Boston Beer Company Case Study

Pages: 4 (1511 words) Published: November 11, 2013
Samuel Adams - Inventory
The Boston Beer Company is the country’s largest producer of craft beer, with their flagship brand being Samuel Adams. An American Craft Brewer is defined as small, independent, and traditional. To be considered these terms, the brewery must adhere to the following guidelines: Annual production of 6 million barrels of beer or less. Less than 25% of the craft brewery is owned or controlled (or equivalent economic interest) by an alcoholic beverage industry member who is not themselves a craft brewer. And a brewer who has either an all malt flagship (the beer which represents the greatest volume among that brewers brands) or has at least 50% of its volume in either all malt beers or in beers which use adjuncts to enhance rather than lighten flavor.

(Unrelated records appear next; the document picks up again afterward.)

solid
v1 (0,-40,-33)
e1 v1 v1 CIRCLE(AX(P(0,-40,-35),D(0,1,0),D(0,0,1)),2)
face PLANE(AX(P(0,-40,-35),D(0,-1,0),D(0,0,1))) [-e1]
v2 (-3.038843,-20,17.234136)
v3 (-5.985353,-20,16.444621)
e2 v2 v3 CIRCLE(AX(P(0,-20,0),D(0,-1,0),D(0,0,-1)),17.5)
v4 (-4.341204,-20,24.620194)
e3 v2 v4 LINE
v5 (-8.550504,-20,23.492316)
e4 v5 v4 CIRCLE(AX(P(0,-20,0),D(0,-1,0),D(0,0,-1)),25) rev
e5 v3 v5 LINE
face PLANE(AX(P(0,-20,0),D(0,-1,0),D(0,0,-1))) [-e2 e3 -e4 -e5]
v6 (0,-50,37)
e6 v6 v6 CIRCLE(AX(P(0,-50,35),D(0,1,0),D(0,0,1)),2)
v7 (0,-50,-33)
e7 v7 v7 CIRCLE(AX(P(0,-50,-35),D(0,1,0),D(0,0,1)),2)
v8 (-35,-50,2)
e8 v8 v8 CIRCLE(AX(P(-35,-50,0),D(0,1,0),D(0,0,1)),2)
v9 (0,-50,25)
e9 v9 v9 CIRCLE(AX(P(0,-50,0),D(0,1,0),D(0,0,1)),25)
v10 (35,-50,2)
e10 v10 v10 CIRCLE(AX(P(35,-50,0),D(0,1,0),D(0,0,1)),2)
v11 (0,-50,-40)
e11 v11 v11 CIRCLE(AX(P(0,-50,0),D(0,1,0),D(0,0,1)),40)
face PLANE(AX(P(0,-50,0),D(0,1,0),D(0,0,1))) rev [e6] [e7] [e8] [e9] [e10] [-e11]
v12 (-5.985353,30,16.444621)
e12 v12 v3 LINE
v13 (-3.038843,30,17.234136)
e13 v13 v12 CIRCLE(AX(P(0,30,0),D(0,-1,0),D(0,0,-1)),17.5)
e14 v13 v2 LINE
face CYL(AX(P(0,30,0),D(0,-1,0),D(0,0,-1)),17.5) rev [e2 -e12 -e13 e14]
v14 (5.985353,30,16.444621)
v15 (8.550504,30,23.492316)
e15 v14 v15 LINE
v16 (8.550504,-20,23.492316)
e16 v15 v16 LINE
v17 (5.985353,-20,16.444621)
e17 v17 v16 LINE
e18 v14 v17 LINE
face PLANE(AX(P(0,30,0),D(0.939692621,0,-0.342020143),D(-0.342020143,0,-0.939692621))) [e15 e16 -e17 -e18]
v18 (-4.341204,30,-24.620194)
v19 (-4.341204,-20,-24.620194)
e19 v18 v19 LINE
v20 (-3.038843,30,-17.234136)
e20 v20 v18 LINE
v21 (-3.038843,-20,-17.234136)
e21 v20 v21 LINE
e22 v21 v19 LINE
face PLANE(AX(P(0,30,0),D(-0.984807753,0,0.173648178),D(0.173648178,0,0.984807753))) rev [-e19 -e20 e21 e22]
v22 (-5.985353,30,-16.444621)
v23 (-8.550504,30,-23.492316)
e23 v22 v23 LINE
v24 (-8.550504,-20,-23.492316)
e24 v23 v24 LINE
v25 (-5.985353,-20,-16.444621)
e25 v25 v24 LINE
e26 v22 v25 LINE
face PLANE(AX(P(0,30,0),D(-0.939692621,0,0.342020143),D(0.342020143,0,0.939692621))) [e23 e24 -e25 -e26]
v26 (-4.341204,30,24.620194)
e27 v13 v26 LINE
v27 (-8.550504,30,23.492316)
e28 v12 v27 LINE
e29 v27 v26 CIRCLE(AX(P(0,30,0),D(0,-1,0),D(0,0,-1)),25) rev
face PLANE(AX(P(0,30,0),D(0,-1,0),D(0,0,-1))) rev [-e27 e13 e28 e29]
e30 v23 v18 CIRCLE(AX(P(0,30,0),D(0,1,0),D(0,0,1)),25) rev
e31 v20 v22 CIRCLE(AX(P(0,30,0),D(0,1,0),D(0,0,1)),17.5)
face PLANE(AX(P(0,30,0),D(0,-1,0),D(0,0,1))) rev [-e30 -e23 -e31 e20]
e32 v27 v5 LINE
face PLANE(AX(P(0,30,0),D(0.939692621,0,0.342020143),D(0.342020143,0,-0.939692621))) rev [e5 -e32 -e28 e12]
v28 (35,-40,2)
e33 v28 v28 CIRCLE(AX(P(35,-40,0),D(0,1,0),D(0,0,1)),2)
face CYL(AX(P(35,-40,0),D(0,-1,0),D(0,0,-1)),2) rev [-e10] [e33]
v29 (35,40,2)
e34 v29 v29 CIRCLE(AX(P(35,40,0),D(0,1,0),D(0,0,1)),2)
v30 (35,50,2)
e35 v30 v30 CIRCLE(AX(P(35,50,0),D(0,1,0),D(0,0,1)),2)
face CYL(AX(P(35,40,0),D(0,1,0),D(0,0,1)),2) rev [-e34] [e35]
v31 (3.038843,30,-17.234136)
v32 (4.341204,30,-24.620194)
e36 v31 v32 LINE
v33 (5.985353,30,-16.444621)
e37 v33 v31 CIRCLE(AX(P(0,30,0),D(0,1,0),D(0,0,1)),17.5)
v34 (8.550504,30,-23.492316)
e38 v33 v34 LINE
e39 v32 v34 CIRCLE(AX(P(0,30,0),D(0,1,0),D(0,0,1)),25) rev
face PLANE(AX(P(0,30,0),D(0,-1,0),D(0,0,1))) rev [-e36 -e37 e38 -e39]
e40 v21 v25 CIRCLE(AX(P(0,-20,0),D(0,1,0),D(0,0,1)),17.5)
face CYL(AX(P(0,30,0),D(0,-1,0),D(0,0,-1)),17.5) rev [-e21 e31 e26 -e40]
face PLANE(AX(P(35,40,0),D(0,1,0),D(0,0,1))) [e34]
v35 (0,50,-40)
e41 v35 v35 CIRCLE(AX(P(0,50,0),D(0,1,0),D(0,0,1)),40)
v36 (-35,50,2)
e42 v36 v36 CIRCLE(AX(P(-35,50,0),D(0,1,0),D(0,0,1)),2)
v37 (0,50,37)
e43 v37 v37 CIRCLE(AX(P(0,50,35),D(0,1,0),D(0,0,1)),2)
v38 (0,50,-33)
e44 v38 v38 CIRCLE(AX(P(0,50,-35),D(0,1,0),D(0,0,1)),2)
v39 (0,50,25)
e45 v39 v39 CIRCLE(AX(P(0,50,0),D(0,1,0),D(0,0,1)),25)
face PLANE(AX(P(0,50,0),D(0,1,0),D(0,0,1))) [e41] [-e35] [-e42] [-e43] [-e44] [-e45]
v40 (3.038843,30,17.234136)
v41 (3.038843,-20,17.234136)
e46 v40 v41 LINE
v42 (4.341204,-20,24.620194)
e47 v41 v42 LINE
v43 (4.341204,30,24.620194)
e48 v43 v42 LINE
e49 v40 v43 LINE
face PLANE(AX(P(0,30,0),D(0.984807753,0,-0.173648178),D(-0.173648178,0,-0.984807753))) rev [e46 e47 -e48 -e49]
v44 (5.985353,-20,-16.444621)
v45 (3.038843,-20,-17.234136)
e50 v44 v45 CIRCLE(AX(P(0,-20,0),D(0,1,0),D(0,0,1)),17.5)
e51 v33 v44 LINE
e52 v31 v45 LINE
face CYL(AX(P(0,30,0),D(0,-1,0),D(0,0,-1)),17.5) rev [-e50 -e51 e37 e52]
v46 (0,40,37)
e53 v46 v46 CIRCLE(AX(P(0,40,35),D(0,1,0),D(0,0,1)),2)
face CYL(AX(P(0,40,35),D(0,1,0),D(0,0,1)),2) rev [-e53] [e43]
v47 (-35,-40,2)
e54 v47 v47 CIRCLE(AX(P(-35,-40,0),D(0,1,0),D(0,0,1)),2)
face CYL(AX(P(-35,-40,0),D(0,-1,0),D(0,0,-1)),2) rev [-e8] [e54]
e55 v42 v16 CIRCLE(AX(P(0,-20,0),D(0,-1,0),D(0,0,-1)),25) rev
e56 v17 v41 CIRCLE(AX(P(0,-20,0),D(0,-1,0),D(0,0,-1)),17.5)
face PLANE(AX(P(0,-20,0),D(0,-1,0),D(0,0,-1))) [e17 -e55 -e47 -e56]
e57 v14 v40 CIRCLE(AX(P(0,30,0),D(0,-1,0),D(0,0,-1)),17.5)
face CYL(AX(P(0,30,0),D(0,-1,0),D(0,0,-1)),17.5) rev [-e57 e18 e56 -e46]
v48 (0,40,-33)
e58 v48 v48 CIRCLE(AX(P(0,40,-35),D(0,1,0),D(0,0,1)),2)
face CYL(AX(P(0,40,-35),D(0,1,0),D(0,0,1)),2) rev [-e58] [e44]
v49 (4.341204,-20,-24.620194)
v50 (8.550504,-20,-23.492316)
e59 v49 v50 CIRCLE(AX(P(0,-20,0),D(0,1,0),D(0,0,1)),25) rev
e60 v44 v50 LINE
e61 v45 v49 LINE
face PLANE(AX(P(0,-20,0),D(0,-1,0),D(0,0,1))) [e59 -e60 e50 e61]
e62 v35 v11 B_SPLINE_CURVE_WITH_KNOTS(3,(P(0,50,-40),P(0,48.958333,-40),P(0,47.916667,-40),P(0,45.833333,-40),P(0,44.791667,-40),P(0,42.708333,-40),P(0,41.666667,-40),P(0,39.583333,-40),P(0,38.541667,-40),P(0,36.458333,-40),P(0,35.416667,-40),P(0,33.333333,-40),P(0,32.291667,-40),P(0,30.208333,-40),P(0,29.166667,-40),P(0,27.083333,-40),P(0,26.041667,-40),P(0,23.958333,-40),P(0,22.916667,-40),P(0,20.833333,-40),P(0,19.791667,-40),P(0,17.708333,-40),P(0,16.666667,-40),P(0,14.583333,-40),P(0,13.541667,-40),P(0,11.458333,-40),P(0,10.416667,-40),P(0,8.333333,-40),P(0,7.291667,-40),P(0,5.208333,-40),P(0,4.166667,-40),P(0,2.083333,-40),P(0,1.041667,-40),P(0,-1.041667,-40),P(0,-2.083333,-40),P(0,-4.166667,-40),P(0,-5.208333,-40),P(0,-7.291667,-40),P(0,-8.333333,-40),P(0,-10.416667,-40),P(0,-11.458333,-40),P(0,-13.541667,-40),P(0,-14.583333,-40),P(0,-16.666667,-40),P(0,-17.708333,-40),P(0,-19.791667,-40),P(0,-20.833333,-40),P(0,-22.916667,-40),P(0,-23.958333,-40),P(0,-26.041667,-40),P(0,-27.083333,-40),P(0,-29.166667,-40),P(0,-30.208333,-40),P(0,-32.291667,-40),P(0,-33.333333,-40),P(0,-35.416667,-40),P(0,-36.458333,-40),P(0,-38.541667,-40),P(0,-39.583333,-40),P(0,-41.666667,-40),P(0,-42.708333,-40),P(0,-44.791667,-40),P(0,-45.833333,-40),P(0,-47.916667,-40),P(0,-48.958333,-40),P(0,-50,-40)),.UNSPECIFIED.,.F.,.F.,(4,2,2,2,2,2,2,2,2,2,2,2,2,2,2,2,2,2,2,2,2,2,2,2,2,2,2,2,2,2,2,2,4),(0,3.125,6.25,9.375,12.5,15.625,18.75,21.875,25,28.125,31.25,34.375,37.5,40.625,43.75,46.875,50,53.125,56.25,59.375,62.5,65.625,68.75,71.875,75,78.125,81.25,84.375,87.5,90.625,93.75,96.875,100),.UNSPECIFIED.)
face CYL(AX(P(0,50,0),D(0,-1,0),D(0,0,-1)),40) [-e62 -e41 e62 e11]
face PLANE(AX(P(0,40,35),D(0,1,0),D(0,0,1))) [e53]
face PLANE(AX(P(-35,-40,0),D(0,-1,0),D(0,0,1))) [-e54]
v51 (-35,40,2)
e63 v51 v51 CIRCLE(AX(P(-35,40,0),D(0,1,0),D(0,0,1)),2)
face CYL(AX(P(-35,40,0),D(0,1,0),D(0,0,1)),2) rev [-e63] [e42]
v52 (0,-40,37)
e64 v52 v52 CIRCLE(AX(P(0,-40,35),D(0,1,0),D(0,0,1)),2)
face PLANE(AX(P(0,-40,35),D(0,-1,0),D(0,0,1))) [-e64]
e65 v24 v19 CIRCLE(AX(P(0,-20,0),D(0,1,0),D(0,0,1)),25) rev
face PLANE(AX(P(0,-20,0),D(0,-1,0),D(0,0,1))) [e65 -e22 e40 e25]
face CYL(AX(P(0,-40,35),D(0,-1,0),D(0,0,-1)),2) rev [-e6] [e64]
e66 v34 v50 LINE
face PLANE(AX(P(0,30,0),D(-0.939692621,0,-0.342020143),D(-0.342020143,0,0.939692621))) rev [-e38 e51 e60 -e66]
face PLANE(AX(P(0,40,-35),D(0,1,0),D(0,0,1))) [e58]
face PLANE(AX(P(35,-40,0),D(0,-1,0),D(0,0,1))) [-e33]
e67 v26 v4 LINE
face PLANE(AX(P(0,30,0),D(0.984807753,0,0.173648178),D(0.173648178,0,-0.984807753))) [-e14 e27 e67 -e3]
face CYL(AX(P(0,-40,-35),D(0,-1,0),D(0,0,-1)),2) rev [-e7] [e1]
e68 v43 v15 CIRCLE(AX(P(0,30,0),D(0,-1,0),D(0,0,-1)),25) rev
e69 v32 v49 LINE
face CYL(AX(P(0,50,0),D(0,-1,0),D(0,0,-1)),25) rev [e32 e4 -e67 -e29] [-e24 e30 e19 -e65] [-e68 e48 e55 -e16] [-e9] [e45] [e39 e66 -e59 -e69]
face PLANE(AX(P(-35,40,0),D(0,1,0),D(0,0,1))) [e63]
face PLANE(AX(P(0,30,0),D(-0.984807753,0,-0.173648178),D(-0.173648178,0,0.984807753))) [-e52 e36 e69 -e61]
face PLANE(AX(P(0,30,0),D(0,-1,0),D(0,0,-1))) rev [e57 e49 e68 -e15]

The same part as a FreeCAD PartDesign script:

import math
import FreeCAD as App
import Part
import Sketcher

V = App.Vector
Q = App.Units.Quantity

doc = App.newDocument("Part")
body = doc.addObject("PartDesign::Body", "Body")

sketch1 = doc.addObject("Sketcher::SketchObject", "Sketch")
body.addObject(sketch1)
sketch1.AttachmentSupport = (doc.XZ_Plane, [""])
sketch1.MapMode = "FlatFace"
sketch1.addGeometry([
    Part.Circle(V(0, 0, 0), V(0, 0, 1), 40),
    Part.Circle(V(0, 0, 0), V(0, 0, 1), 25),
], False)
sketch1.addConstraint([
    Sketcher.Constraint("Coincident", 0, 3, -1, 1),
    Sketcher.Constraint("Coincident", 1, 3, -1, 1),
    Sketcher.Constraint("Diameter", 0, Q("80 mm")),
    Sketcher.Constraint("Diameter", 1, Q("50 mm")),
])
pad1 = doc.addObject("PartDesign::Pad", "Pad")
body.addObject(pad1)
pad1.Profile = sketch1
pad1.Length = 100
pad1.Midplane = True

sketch2 = doc.addObject("Sketcher::SketchObject", "Sketch001")
body.addObject(sketch2)
sketch2.AttachmentSupport = (doc.XZ_Plane, [""])
sketch2.MapMode = "FlatFace"
sketch2.AttachmentOffset = App.Placement(V(0, 0, -50), App.Rotation())
sketch2.addGeometry([
    Part.Circle(V(0, -35, 0), V(0, 0, 1), 2),
    Part.Circle(V(35, 0, 0), V(0, 0, 1), 2),
    Part.Circle(V(0, 35, 0), V(0, 0, 1), 2),
    Part.Circle(V(-35, 0, 0), V(0, 0, 1), 2),
], False)
sketch2.addConstraint([
    Sketcher.Constraint("Equal", 0, 1),
    Sketcher.Constraint("Equal", 1, 2),
    Sketcher.Constraint("Equal", 2, 3),
    Sketcher.Constraint("Symmetric", 0, 3, 2, 3, -1, 1),
    Sketcher.Constraint("Symmetric", 1, 3, 3, 3, -1, 1),
    Sketcher.Constraint("PointOnObject", 0, 3, -2),
    Sketcher.Constraint("PointOnObject", 1, 3, -1),
    Sketcher.Constraint("Diameter", 0, Q("4 mm")),
    Sketcher.Constraint("DistanceY", 0, 3, -1, 1, Q("35 mm")),
    Sketcher.Constraint("DistanceX", -1, 1, 1, 3, Q("35 mm")),
])
pocket1 = doc.addObject("PartDesign::Pocket", "Pocket")
body.addObject(pocket1)
pocket1.Profile = sketch2
pocket1.Length = 10
pocket1.Reversed = True
doc.recompute()

mirrored = doc.addObject("PartDesign::Mirrored", "Mirrored")
body.addObject(mirrored)
mirrored.Originals = [pocket1]
mirrored.MirrorPlane = (doc.XZ_Plane, [""])
body.Tip = mirrored

sketch3 = doc.addObject("Sketcher::SketchObject", "Sketch002")
body.addObject(sketch3)
sketch3.AttachmentSupport = (doc.XZ_Plane, [""])
sketch3.MapMode = "FlatFace"
sketch3.AttachmentOffset = App.Placement(V(0, 0, 20), App.Rotation())
sketch3.addGeometry([
    Part.ArcOfCircle(Part.Circle(V(0, 0, 0), V(0, 0, 1), 17.5), math.radians(100), math.radians(110)),
    Part.LineSegment(V(-3, 17.2, 0), V(-4.3, 24.6, 0)),
    Part.ArcOfCircle(Part.Circle(V(0, 0, 0), V(0, 0, 1), 25), math.radians(100), math.radians(110)),
    Part.LineSegment(V(-8.6, 23.5, 0), V(-6, 16.4, 0)),
    Part.LineSegment(V(4.3, 24.6, 0), V(3, 17.2, 0)),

Despite being the largest craft brewery, they are only the seventh largest brewer in the US with 1% of total beer volume in the US. Like all consumer products in the marketplace, the Boston Beer Company faces the same logistical, economical, and social issues that any product might face. The main object for any publicly traded company is to increase revenues and profits every quarter while maintaining quality. A difficult task at hand with a consumer good dealing with a large distribution network is inventory. Inventory is the lifeblood of a company appealing to a mass market. Time, energy, resources, and money are all tied up in inventory. To be successful, product needs to move and be sold in the right place, at the right time. Samuel Adams is a perishable good, and therefore needs special attention when created, distributed, and sold.

Samuel Adams is brewed in several locations throughout the country. Started in Boston, MA in 1983 by Jim Koch, the beer was first brewed under contract with Pittsburgh Brewing. Contract brewing remains a key feature of the company’s strategy for national distribution. The company owns three breweries, in Boston, MA, Cincinnati, OH, and...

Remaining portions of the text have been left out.